Has a young Dutchman found the solution to all that plastic in our oceans?

Ten miles from the Dutch coast, near the top of a concrete high-rise in downtown Delft, is a palatial glass-walled office better suited to Silicon Valley than a 13th-century city. The building is home to the Ocean Cleanup, a foundation created in 2013 that is hoping to deploy a giant 62-mile-wide filtration device in the Pacific Ocean, the initial step in an effort to rid the seas of plastic.
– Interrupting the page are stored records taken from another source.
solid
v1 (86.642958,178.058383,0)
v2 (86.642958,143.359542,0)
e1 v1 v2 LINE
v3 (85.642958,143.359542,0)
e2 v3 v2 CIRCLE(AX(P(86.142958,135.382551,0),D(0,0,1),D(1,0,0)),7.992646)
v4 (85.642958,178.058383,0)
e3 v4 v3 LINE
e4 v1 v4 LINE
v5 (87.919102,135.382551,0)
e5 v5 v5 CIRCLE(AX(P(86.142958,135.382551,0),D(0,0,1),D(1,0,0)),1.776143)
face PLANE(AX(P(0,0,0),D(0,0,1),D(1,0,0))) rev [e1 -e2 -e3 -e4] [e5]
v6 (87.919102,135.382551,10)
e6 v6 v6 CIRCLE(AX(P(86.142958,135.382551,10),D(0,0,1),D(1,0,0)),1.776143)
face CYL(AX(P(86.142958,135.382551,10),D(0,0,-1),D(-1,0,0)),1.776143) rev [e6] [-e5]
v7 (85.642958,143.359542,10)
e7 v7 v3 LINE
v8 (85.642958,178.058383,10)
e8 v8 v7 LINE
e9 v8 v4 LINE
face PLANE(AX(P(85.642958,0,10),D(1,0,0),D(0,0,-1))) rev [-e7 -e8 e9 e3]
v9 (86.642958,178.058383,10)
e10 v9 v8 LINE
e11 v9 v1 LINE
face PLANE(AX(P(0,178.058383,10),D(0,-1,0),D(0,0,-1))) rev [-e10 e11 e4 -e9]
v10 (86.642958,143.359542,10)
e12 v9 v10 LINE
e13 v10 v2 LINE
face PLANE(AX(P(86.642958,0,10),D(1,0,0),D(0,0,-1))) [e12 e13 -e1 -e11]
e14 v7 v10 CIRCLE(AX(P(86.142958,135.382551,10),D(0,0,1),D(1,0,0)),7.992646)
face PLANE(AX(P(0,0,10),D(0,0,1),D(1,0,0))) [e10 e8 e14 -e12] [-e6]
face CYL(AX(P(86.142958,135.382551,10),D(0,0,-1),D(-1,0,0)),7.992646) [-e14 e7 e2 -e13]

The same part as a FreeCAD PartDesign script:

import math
import FreeCAD as App
import Part
import Sketcher

doc = App.newDocument("Part")
body = doc.addObject("PartDesign::Body", "Body")

# Sketch on XY plane
sketch1 = body.newObject("Sketcher::SketchObject", "Sketch")
sketch1.AttachmentSupport = (doc.getObject("XY_Plane"), [""])
sketch1.MapMode = "FlatFace"
sketch1.addGeometry(Part.ArcOfCircle(Part.Circle(App.Vector(86.142958, 135.382551, 0), App.Vector(0, 0, 1), 7.992646), math.radians(93.586623), math.radians(203.185046)), False)
sketch1.addGeometry(Part.ArcOfCircle(Part.Circle(App.Vector(86.142958, 135.382551, 0), App.Vector(0, 0, 1), 7.992646), math.radians(-156.814954), math.radians(0)), False)
sketch1.addGeometry(Part.ArcOfCircle(Part.Circle(App.Vector(86.142958, 135.382551, 0), App.Vector(0, 0, 1), 7.992646), math.radians(0), math.radians(22.924951)), False)
sketch1.addGeometry(Part.ArcOfCircle(Part.Circle(App.Vector(86.142958, 135.382551, 0), App.Vector(0, 0, 1), 7.992646), math.radians(22.924951), math.radians(86.413377)), False)
sketch1.addGeometry(Part.LineSegment(App.Vector(86.642958, 143.359542, 0), App.Vector(86.642958, 178.058383, 0)), False)
sketch1.addGeometry(Part.LineSegment(App.Vector(86.642958, 178.058383, 0), App.Vector(85.642958, 178.058383, 0)), False)
sketch1.addGeometry(Part.LineSegment(App.Vector(85.642958, 178.058383, 0), App.Vector(85.642958, 143.359542, 0)), False)
sketch1.addGeometry(Part.ArcOfCircle(Part.Circle(App.Vector(86.142958, 135.382551, 0), App.Vector(0, 0, 1), 1.776143), math.radians(90), math.radians(203.630677)), False)
sketch1.addGeometry(Part.ArcOfCircle(Part.Circle(App.Vector(86.142958, 135.382551, 0), App.Vector(0, 0, 1), 1.776143), math.radians(24.108444), math.radians(90)), False)
sketch1.addGeometry(Part.ArcOfCircle(Part.Circle(App.Vector(86.142958, 135.382551, 0), App.Vector(0, 0, 1), 1.776143), math.radians(0), math.radians(24.108444)), False)
sketch1.addGeometry(Part.ArcOfCircle(Part.Circle(App.Vector(86.142958, 135.382551, 0), App.Vector(0, 0, 1), 1.776143), math.radians(-156.369323), math.radians(0)), False)
sketch1.addConstraint(Sketcher.Constraint("Tangent", 0, 2, 1, 1))
sketch1.addConstraint(Sketcher.Constraint("Tangent", 1, 2, 2, 1))
sketch1.addConstraint(Sketcher.Constraint("Tangent", 2, 2, 3, 1))
sketch1.addConstraint(Sketcher.Constraint("Coincident", 3, 2, 4, 1))
sketch1.addConstraint(Sketcher.Constraint("Coincident", 4, 2, 5, 1))
sketch1.addConstraint(Sketcher.Constraint("Coincident", 5, 2, 6, 1))
sketch1.addConstraint(Sketcher.Constraint("Coincident", 6, 2, 0, 1))
sketch1.addConstraint(Sketcher.Constraint("Tangent", 7, 1, 8, 2))
sketch1.addConstraint(Sketcher.Constraint("Tangent", 8, 1, 9, 2))
sketch1.addConstraint(Sketcher.Constraint("Tangent", 9, 1, 10, 2))
sketch1.addConstraint(Sketcher.Constraint("Tangent", 10, 1, 7, 2))
sketch1.addConstraint(Sketcher.Constraint("Vertical", 4))
sketch1.addConstraint(Sketcher.Constraint("Horizontal", 5))
sketch1.addConstraint(Sketcher.Constraint("Vertical", 6))
sketch1.addConstraint(Sketcher.Constraint("Coincident", 2, 3, 0, 3))
sketch1.addConstraint(Sketcher.Constraint("Coincident", 7, 3, 0, 3))
sketch1.addConstraint(Sketcher.Constraint("Equal", 2, 3))
sketch1.addConstraint(Sketcher.Constraint("Equal", 7, 8))
sketch1.addConstraint(Sketcher.Constraint("Horizontal", 10, 3, 1, 2))
sketch1.addConstraint(Sketcher.Constraint("Horizontal", 3, 2, 6, 2))
sketch1.addConstraint(Sketcher.Constraint("Horizontal", 1, 2, 9, 1))
sketch1.addConstraint(Sketcher.Constraint("Vertical", 10, 3, 7, 1))
sketch1.addConstraint(Sketcher.Constraint("DistanceX", 5, 2, 5, 1, 1.0))
sketch1.addConstraint(Sketcher.Constraint("Radius", 0, 7.992646))
sketch1.addConstraint(Sketcher.Constraint("Radius", 7, 1.776143))
sketch1.addConstraint(Sketcher.Constraint("DistanceY", 4, 1, 4, 2, 34.698841))
sketch1.addConstraint(Sketcher.Constraint("DistanceX", -1, 1, 9, 1, 87.919102))
sketch1.addConstraint(Sketcher.Constraint("DistanceY", -1, 1, 0, 3, 135.382551))
sketch1.addConstraint(Sketcher.Constraint("DistanceY", -1, 1, 0, 2, 132.235831))
sketch1.addConstraint(Sketcher.Constraint("DistanceX", -1, 1, 2, 2, 93.504312))
sketch1.addConstraint(Sketcher.Constraint("DistanceX", 10, 1, 8, 3, 1.627211))
sketch1.addConstraint(Sketcher.Constraint("DistanceX", -1, 1, 8, 1, 87.764176))
pad1 = body.newObject("PartDesign::Pad", "Pad")
pad1.Profile = sketch1
pad1.Length = 10

doc.recompute()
22 year old CEO Boyan Slat is a new breed of environmentalist: young, crowdfunded, and tired of waiting around for government solutions. Still, he’s less a traditional ocean conservationist than a natural engineer. When he was 12, he set a Guinness World Record for the most water rockets launched simultaneously: 213.

Slat’s inner environmentalist didn’t come alive until he was 16, when he began scuba diving on a trip to Greece. Expecting to see an array of sea creatures, he instead saw a slew of plastic trash. The experience was life changing. The news was grim. About nine million tons of plastic waste makes its way into the oceans each year—by 2050, plastic will outweigh fish.

As Slat’s obsession grew, he gravitated to the infamous Great Pacific Garbage Patch, a vast area between Hawaii and the North American continent, where it has been estimated that 170,000 tons of plastic rubbish swirl in the currents.